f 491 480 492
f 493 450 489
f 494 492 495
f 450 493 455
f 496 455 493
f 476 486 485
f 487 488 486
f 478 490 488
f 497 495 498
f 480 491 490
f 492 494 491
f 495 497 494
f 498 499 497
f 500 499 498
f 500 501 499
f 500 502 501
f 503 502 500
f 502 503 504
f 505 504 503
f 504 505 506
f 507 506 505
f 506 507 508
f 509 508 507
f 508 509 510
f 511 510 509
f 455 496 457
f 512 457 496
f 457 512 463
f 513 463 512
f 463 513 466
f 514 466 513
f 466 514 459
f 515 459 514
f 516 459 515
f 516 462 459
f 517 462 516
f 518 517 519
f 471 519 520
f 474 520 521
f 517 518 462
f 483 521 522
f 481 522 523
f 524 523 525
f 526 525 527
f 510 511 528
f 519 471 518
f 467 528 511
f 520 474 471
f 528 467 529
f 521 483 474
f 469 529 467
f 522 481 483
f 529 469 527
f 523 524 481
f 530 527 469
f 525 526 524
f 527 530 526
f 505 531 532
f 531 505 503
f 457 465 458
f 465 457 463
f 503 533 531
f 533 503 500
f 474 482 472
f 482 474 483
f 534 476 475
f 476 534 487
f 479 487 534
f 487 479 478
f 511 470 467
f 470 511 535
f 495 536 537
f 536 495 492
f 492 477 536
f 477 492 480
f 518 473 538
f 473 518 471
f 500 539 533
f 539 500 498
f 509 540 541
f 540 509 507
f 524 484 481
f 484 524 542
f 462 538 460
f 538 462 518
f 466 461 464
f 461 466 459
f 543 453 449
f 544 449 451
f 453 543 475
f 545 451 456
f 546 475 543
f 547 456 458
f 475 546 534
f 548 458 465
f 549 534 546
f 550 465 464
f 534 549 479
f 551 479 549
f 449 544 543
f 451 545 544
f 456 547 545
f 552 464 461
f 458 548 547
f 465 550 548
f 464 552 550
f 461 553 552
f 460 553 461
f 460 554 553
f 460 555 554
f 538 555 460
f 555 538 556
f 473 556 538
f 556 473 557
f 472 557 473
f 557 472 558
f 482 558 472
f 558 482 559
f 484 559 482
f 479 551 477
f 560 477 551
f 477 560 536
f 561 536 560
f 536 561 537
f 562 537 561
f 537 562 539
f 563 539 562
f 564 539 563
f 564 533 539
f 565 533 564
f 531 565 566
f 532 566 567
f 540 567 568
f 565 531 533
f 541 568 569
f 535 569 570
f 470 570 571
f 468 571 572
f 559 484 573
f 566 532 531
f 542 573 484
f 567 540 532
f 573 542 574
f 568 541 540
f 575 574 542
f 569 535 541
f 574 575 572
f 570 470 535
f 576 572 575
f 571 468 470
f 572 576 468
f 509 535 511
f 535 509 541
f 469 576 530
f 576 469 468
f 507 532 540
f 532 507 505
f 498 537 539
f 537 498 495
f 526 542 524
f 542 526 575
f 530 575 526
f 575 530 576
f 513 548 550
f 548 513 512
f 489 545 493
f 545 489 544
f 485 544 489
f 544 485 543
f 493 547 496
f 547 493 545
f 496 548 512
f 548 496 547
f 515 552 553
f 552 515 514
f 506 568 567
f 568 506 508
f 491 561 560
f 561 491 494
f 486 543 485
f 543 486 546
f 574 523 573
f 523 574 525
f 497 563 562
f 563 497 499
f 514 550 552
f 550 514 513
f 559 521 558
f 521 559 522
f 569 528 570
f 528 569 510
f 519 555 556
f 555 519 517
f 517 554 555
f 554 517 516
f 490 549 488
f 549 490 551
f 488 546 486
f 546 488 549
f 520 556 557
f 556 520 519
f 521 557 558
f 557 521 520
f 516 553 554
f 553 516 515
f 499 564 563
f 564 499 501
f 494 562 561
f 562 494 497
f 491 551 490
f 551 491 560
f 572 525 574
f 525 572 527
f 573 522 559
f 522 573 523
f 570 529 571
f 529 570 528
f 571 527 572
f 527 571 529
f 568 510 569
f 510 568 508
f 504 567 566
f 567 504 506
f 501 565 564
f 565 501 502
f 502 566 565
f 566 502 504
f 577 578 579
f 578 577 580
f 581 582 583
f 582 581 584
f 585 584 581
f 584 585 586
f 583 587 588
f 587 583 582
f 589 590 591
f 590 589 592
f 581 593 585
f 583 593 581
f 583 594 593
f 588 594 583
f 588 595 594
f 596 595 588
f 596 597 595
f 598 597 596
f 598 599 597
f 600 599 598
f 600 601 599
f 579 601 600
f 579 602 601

::::::

EXERCISE AIM:
When you answer, repeat each entry exactly as it appears above.

RESULT FOR THIS EXERCISE:
f 491 480 492
f 493 450 489
f 494 492 495
f 450 493 455
f 496 455 493
f 476 486 485
f 487 488 486
f 478 490 488
f 497 495 498
f 480 491 490
f 492 494 491
f 495 497 494
f 498 499 497
f 500 499 498
f 500 501 499
f 500 502 501
f 503 502 500
f 502 503 504
f 505 504 503
f 504 505 506
f 507 506 505
f 506 507 508
f 509 508 507
f 508 509 510
f 511 510 509
f 455 496 457
f 512 457 496
f 457 512 463
f 513 463 512
f 463 513 466
f 514 466 513
f 466 514 459
f 515 459 514
f 516 459 515
f 516 462 459
f 517 462 516
f 518 517 519
f 471 519 520
f 474 520 521
f 517 518 462
f 483 521 522
f 481 522 523
f 524 523 525
f 526 525 527
f 510 511 528
f 519 471 518
f 467 528 511
f 520 474 471
f 528 467 529
f 521 483 474
f 469 529 467
f 522 481 483
f 529 469 527
f 523 524 481
f 530 527 469
f 525 526 524
f 527 530 526
f 505 531 532
f 531 505 503
f 457 465 458
f 465 457 463
f 503 533 531
f 533 503 500
f 474 482 472
f 482 474 483
f 534 476 475
f 476 534 487
f 479 487 534
f 487 479 478
f 511 470 467
f 470 511 535
f 495 536 537
f 536 495 492
f 492 477 536
f 477 492 480
f 518 473 538
f 473 518 471
f 500 539 533
f 539 500 498
f 509 540 541
f 540 509 507
f 524 484 481
f 484 524 542
f 462 538 460
f 538 462 518
f 466 461 464
f 461 466 459
f 543 453 449
f 544 449 451
f 453 543 475
f 545 451 456
f 546 475 543
f 547 456 458
f 475 546 534
f 548 458 465
f 549 534 546
f 550 465 464
f 534 549 479
f 551 479 549
f 449 544 543
f 451 545 544
f 456 547 545
f 552 464 461
f 458 548 547
f 465 550 548
f 464 552 550
f 461 553 552
f 460 553 461
f 460 554 553
f 460 555 554
f 538 555 460
f 555 538 556
f 473 556 538
f 556 473 557
f 472 557 473
f 557 472 558
f 482 558 472
f 558 482 559
f 484 559 482
f 479 551 477
f 560 477 551
f 477 560 536
f 561 536 560
f 536 561 537
f 562 537 561
f 537 562 539
f 563 539 562
f 564 539 563
f 564 533 539
f 565 533 564
f 531 565 566
f 532 566 567
f 540 567 568
f 565 531 533
f 541 568 569
f 535 569 570
f 470 570 571
f 468 571 572
f 559 484 573
f 566 532 531
f 542 573 484
f 567 540 532
f 573 542 574
f 568 541 540
f 575 574 542
f 569 535 541
f 574 575 572
f 570 470 535
f 576 572 575
f 571 468 470
f 572 576 468
f 509 535 511
f 535 509 541
f 469 576 530
f 576 469 468
f 507 532 540
f 532 507 505
f 498 537 539
f 537 498 495
f 526 542 524
f 542 526 575
f 530 575 526
f 575 530 576
f 513 548 550
f 548 513 512
f 489 545 493
f 545 489 544
f 485 544 489
f 544 485 543
f 493 547 496
f 547 493 545
f 496 548 512
f 548 496 547
f 515 552 553
f 552 515 514
f 506 568 567
f 568 506 508
f 491 561 560
f 561 491 494
f 486 543 485
f 543 486 546
f 574 523 573
f 523 574 525
f 497 563 562
f 563 497 499
f 514 550 552
f 550 514 513
f 559 521 558
f 521 559 522
f 569 528 570
f 528 569 510
f 519 555 556
f 555 519 517
f 517 554 555
f 554 517 516
f 490 549 488
f 549 490 551
f 488 546 486
f 546 488 549
f 520 556 557
f 556 520 519
f 521 557 558
f 557 521 520
f 516 553 554
f 553 516 515
f 499 564 563
f 564 499 501
f 494 562 561
f 562 494 497
f 491 551 490
f 551 491 560
f 572 525 574
f 525 572 527
f 573 522 559
f 522 573 523
f 570 529 571
f 529 570 528
f 571 527 572
f 527 571 529
f 568 510 569
f 510 568 508
f 504 567 566
f 567 504 506
f 501 565 564
f 565 501 502
f 502 566 565
f 566 502 504
f 577 578 579
f 578 577 580
f 581 582 583
f 582 581 584
f 585 584 581
f 584 585 586
f 583 587 588
f 587 583 582
f 589 590 591
f 590 589 592
f 581 593 585
f 583 593 581
f 583 594 593
f 588 594 583
f 588 595 594
f 596 595 588
f 596 597 595
f 598 597 596
f 598 599 597
f 600 599 598
f 600 601 599
f 579 601 600
f 579 602 601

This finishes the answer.